At a meeting of the Appropriations - Education and Environment Division, members voted 3-2 to recommend “do not pass” on Bill 1540, a school-choice proposal amended to add a means test and to designate the Bank of North Dakota as administrator.
The panel approved an amendment that largely reverted the measure to language that came from the Senate Education Policy Committee, with a few changes to clarify the Bank of North Dakota’s role, to define eligible students by a means test, and to identify a program manager (vendor) for the marketplace. Senator Jay Scheible, sponsor of the amendment, said the changes were intended to keep the policy committee’s intent while addressing implementation details.
“What I'm proposing is that we go back to what came from the Senate policy committee with a few minor changes,” said Senator Jay Scheible, explaining the amendment and singling out three changes: naming the Bank of North Dakota as administrator, adding the means test under the eligible‑student definition, and specifying the program manager as the vendor that will run the marketplace. Scheible said the amendment also reduced the bill’s appropriation.
Scheible described the means test in the amendment as targeting families with household income “less than 400% of federal poverty levels.” He also said the amended appropriation was lowered to $21,700,000 for the second year of the biennium, and that roughly $18,000,000 of that amount would cover student deposits while the remainder would fund one year of implementation costs. Scheible said startup costs were initially estimated at about $5.7 million and ongoing costs about $3.1 million per year going forward.
Senator Beth Shively moved a recommendation of “do not pass,” saying she had multiple concerns with the bill’s design and implementation. “This is labeled as school choice for parents and that, but I see a lot of problems with this,” Shively said, citing accountability, the transfer of duties from the Department of Public Instruction to the bank, possible limits on true choice if schools can reject applicants, and limited opportunities for rural students.
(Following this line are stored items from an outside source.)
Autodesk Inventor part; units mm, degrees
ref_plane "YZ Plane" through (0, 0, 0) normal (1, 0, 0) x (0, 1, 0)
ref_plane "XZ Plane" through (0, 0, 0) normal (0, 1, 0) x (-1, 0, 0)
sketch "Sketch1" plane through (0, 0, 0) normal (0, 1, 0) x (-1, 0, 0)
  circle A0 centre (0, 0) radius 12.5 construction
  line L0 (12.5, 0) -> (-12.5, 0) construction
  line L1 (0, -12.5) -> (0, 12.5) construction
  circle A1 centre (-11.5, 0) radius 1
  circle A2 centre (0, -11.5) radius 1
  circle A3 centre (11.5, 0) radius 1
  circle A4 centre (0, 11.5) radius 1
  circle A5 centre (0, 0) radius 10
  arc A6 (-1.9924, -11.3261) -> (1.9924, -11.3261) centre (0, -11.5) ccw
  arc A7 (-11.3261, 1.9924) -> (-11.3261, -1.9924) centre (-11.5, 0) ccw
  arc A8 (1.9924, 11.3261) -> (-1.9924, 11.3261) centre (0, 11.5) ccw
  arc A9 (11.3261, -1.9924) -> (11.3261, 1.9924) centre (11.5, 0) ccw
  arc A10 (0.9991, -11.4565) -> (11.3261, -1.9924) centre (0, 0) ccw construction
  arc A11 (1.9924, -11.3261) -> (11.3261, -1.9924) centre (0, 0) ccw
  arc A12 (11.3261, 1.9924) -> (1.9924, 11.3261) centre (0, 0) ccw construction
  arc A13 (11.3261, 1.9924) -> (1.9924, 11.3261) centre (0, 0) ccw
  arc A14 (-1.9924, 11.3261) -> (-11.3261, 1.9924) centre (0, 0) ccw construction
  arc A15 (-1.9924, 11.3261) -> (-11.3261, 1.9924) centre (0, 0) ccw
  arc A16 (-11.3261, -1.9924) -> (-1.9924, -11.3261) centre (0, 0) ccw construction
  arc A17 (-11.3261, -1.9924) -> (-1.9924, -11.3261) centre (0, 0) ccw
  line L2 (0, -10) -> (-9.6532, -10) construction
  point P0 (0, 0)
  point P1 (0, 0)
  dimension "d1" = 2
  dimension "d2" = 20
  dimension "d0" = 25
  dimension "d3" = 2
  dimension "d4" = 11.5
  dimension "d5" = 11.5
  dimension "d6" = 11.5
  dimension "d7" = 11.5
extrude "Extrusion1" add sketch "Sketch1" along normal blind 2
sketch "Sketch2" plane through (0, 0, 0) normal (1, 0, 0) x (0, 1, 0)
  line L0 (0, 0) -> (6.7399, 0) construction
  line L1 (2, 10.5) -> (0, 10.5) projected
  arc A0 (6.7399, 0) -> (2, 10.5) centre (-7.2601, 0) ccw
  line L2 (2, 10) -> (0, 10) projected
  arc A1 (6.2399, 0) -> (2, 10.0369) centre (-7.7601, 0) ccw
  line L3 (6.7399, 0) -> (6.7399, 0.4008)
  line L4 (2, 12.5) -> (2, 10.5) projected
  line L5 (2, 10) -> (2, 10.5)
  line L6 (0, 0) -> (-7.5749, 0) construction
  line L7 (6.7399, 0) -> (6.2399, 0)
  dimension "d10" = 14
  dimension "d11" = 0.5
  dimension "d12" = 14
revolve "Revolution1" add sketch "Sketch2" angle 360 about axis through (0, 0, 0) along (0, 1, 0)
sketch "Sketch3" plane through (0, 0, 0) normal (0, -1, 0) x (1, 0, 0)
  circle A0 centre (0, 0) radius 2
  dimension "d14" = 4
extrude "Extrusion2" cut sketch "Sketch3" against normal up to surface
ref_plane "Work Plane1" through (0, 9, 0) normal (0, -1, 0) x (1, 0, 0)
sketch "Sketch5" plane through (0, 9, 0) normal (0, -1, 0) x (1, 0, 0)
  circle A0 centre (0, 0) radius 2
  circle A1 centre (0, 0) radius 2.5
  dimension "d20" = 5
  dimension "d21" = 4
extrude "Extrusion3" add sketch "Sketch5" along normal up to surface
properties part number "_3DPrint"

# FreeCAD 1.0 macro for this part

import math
import FreeCAD as App
import Part
import Sketcher
from FreeCAD import Vector
Q = App.Units.Quantity

doc = App.newDocument("Part")
body = doc.addObject("PartDesign::Body", "Body")

# Sketch on XZ plane
sketch1 = doc.addObject("Sketcher::SketchObject", "Sketch")
body.addObject(sketch1)
sketch1.AttachmentSupport = (doc.XZ_Plane, [""])
sketch1.MapMode = "FlatFace"
sketch1.addGeometry(Part.ArcOfCircle(Part.Circle(Vector(0, 0, 0), Vector(0, 0, 1), 11.500009), math.radians(-80.023046), math.radians(-9.976954)), False)
sketch1.addGeometry(Part.ArcOfCircle(Part.Circle(Vector(0, -11.5, 0), Vector(0, 0, 1), 1.999975), math.radians(175.01177), math.radians(364.98823)), False)
sketch1.addGeometry(Part.ArcOfCircle(Part.Circle(Vector(0, 0, 0), Vector(0, 0, 1), 11.500009), math.radians(-170.023046), math.radians(-99.976954)), False)
sketch1.addGeometry(Part.ArcOfCircle(Part.Circle(Vector(-11.5, 0, 0), Vector(0, 0, 1), 1.999975), math.radians(85.01177), math.radians(274.98823)), False)
sketch1.addGeometry(Part.ArcOfCircle(Part.Circle(Vector(0, 0, 0), Vector(0, 0, 1), 11.500009), math.radians(99.976954), math.radians(170.023046)), False)
sketch1.addGeometry(Part.ArcOfCircle(Part.Circle(Vector(0, 11.5, 0), Vector(0, 0, 1), 1.999975), math.radians(-4.98823), math.radians(184.98823)), False)
sketch1.addGeometry(Part.ArcOfCircle(Part.Circle(Vector(0, 0, 0), Vector(0, 0, 1), 11.500009), math.radians(9.976954), math.radians(80.023046)), False)
sketch1.addGeometry(Part.ArcOfCircle(Part.Circle(Vector(11.5, 0, 0), Vector(0, 0, 1), 1.999975), math.radians(-94.98823), math.radians(94.98823)), False)
sketch1.addGeometry(Part.Circle(Vector(0, -11.5, 0), Vector(0, 0, 1), 1), False)
sketch1.addGeometry(Part.Circle(Vector(11.5, 0, 0), Vector(0, 0, 1), 1), False)
sketch1.addGeometry(Part.Circle(Vector(0, 0, 0), Vector(0, 0, 1), 10), False)
sketch1.addGeometry(Part.Circle(Vector(-11.5, 0, 0), Vector(0, 0, 1), 1), False)
sketch1.addGeometry(Part.Circle(Vector(0, 11.5, 0), Vector(0, 0, 1), 1), False)
sketch1.addConstraint(Sketcher.Constraint("Coincident", 0, 1, 1, 2))
sketch1.addConstraint(Sketcher.Constraint("Coincident", 1, 1, 2, 2))
sketch1.addConstraint(Sketcher.Constraint("Coincident", 2, 1, 3, 2))
sketch1.addConstraint(Sketcher.Constraint("Coincident", 3, 1, 4, 2))
sketch1.addConstraint(Sketcher.Constraint("Coincident", 4, 1, 5, 2))
sketch1.addConstraint(Sketcher.Constraint("Coincident", 5, 1, 6, 2))
sketch1.addConstraint(Sketcher.Constraint("Coincident", 6, 1, 7, 2))
sketch1.addConstraint(Sketcher.Constraint("Coincident", 7, 1, 0, 2))
sketch1.addConstraint(Sketcher.Constraint("Coincident", 0, 3, -1, 1))
sketch1.addConstraint(Sketcher.Constraint("Coincident", 2, 3, -1, 1))
sketch1.addConstraint(Sketcher.Constraint("Coincident", 4, 3, -1, 1))
sketch1.addConstraint(Sketcher.Constraint("Coincident", 6, 3, -1, 1))
sketch1.addConstraint(Sketcher.Constraint("Coincident", 10, 3, -1, 1))
sketch1.addConstraint(Sketcher.Constraint("Coincident", 8, 3, 1, 3))
sketch1.addConstraint(Sketcher.Constraint("Coincident", 9, 3, 7, 3))
sketch1.addConstraint(Sketcher.Constraint("Coincident", 11, 3, 3, 3))
sketch1.addConstraint(Sketcher.Constraint("Coincident", 12, 3, 5, 3))
sketch1.addConstraint(Sketcher.Constraint("Equal", 0, 2))
sketch1.addConstraint(Sketcher.Constraint("Equal", 1, 3))
sketch1.addConstraint(Sketcher.Constraint("Equal", 2, 4))
sketch1.addConstraint(Sketcher.Constraint("Equal", 3, 5))
sketch1.addConstraint(Sketcher.Constraint("Equal", 4, 6))
sketch1.addConstraint(Sketcher.Constraint("Equal", 5, 7))
sketch1.addConstraint(Sketcher.Constraint("Equal", 8, 9))
sketch1.addConstraint(Sketcher.Constraint("Equal", 9, 11))
sketch1.addConstraint(Sketcher.Constraint("Equal", 11, 12))
sketch1.addConstraint(Sketcher.Constraint("Symmetric", 1, 3, 5, 3, -1, 1))
sketch1.addConstraint(Sketcher.Constraint("Symmetric", 3, 3, 7, 3, -1, 1))
sketch1.addConstraint(Sketcher.Constraint("PointOnObject", 1, 3, -2))
sketch1.addConstraint(Sketcher.Constraint("PointOnObject", 3, 3, -1))
sketch1.addConstraint(Sketcher.Constraint("Diameter", 8, Q("2 mm")))
sketch1.addConstraint(Sketcher.Constraint("Diameter", 10, Q("20 mm")))
sketch1.addConstraint(Sketcher.Constraint("Radius", 1, Q("2 mm")))
sketch1.addConstraint(Sketcher.Constraint("Radius", 0, Q("11.5 mm")))
sketch1.addConstraint(Sketcher.Constraint("DistanceY", 1, 3, -1, 1, Q("11.5 mm")))
sketch1.addConstraint(Sketcher.Constraint("DistanceX", 3, 3, -1, 1, Q("11.5 mm")))
pad1 = doc.addObject("PartDesign::Pad", "Pad")
body.addObject(pad1)
pad1.Profile = sketch1
pad1.Length = 2
pad1.Reversed = True

# Sketch on YZ plane
sketch2 = doc.addObject("Sketcher::SketchObject", "Sketch001")
body.addObject(sketch2)
sketch2.AttachmentSupport = (doc.YZ_Plane, [""])
sketch2.MapMode = "FlatFace"
sketch2.addGeometry(Part.LineSegment(Vector(6.2399, 0, 0), Vector(6.7399, 0, 0)), False)
sketch2.addGeometry(Part.ArcOfCircle(Part.Circle(Vector(-7.2601, 0, 0), Vector(0, 0, 1), 14), math.radians(0), math.radians(48.590469)), False)
sketch2.addGeometry(Part.LineSegment(Vector(2, 10.5, 0), Vector(2, 10.0369, 0)), False)
sketch2.addGeometry(Part.ArcOfCircle(Part.Circle(Vector(-7.7601, 0, 0), Vector(0, 0, 1), 14), math.radians(0), math.radians(45.801053)), False)
sketch2.addConstraint(Sketcher.Constraint("Coincident", 0, 2, 1, 1))
sketch2.addConstraint(Sketcher.Constraint("Coincident", 1, 2, 2, 1))
sketch2.addConstraint(Sketcher.Constraint("Coincident", 2, 2, 3, 2))
sketch2.addConstraint(Sketcher.Constraint("Coincident", 3, 1, 0, 1))
sketch2.addConstraint(Sketcher.Constraint("Horizontal", 0))
sketch2.addConstraint(Sketcher.Constraint("Vertical", 2))
sketch2.addConstraint(Sketcher.Constraint("Equal", 1, 3))
sketch2.addConstraint(Sketcher.Constraint("PointOnObject", 1, 3, -1))
sketch2.addConstraint(Sketcher.Constraint("PointOnObject", 3, 3, -1))
sketch2.addConstraint(Sketcher.Constraint("PointOnObject", 0, 2, -1))
sketch2.addConstraint(Sketcher.Constraint("Radius", 1, Q("14 mm")))
sketch2.addConstraint(Sketcher.Constraint("DistanceX", 0, 1, 0, 2, Q("0.5 mm")))
sketch2.addConstraint(Sketcher.Constraint("DistanceX", -1, 1, 1, 2, Q("2 mm")))
sketch2.addConstraint(Sketcher.Constraint("DistanceY", -1, 1, 1, 2, Q("10.5 mm")))
revolution = doc.addObject("PartDesign::Revolution", "Revolution")
body.addObject(revolution)
revolution.Profile = sketch2
revolution.ReferenceAxis = (sketch2, ["H_Axis"])
revolution.Angle = 360

# Sketch on XZ plane
sketch3 = doc.addObject("Sketcher::SketchObject", "Sketch002")
body.addObject(sketch3)
sketch3.AttachmentSupport = (doc.XZ_Plane, [""])
sketch3.MapMode = "FlatFace"
sketch3.addGeometry(Part.Circle(Vector(0, 0, 0), Vector(0, 0, 1), 2), False)
sketch3.addConstraint(Sketcher.Constraint("Coincident", 0, 3, -1, 1))
sketch3.addConstraint(Sketcher.Constraint("Diameter", 0, Q("4 mm")))
pocket1 = doc.addObject("PartDesign::Pocket", "Pocket")
body.addObject(pocket1)
pocket1.Profile = sketch3
pocket1.Length = 6.7399

# Sketch on XZ plane
sketch4 = doc.addObject("Sketcher::SketchObject", "Sketch003")
body.addObject(sketch4)
sketch4.AttachmentSupport = (doc.XZ_Plane, [""])
sketch4.MapMode = "FlatFace"
sketch4.AttachmentOffset = App.Placement(Vector(0, 0, -9), App.Rotation())
sketch4.addGeometry(Part.Circle(Vector(0, 0, 0), Vector(0, 0, 1), 2.5), False)
sketch4.addGeometry(Part.Circle(Vector(0, 0, 0), Vector(0, 0, 1), 2), False)
sketch4.addConstraint(Sketcher.Constraint("Coincident", 0, 3, -1, 1))
sketch4.addConstraint(Sketcher.Constraint("Coincident", 1, 3, -1, 1))
sketch4.addConstraint(Sketcher.Constraint("Diameter", 0, Q("5 mm")))
sketch4.addConstraint(Sketcher.Constraint("Diameter", 1, Q("4 mm")))
pad2 = doc.addObject("PartDesign::Pad", "Pad001")
body.addObject(pad2)
pad2.Profile = sketch4
pad2.Length = 2.4851

doc.recompute()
The committee first moved and approved the Scheible amendment (version 04/2010) by voice roll call; the chair announced the amendment passed unanimously, 5-0. The committee then considered Shively’s motion recommending the full committee not pass the amended bill; that motion carried 3-2 on a roll call. The recorded votes on the committee recommendation were: Chairman Sorvaugh — Aye; Senator Connolly — No; Senator Thomas — Aye; Senator Scheible — Aye; Senator Meyer — No.
Senator Scheible will carry the bill to the full committee. Chairman Sorvaugh said the bill is scheduled before the full Appropriations Committee at 9:30 the following morning. The division adjourned after completing its business.
Votes at a glance
• Amendment (Scheible, version 04/2010) — Moved by Senator Jay Scheible; second not specified. Committee voice/roll call announced as 5-0 in favor (aye 5, no 0). Outcome: approved and amendment adopted.
• Committee recommendation on Bill 1540 — Motion: Do not pass (moved by Senator Beth Shively; second not specified). Roll call: Aye 3, No 2. Outcome: committee recommends do not pass; Senator Scheible will carry to full committee.
Background/context
The amendment returned the bill to language the sponsor said came from Senate Education Policy with a few clarifications about administration and eligibility; the principal policy change discussed at the division was insertion of a means test limiting eligibility to households under 400% of federal poverty guidelines. Committee members noted remaining questions about logistics and accountability, and at least one member said she planned to keep the bill alive in conference committee despite supporting the committee’s negative recommendation.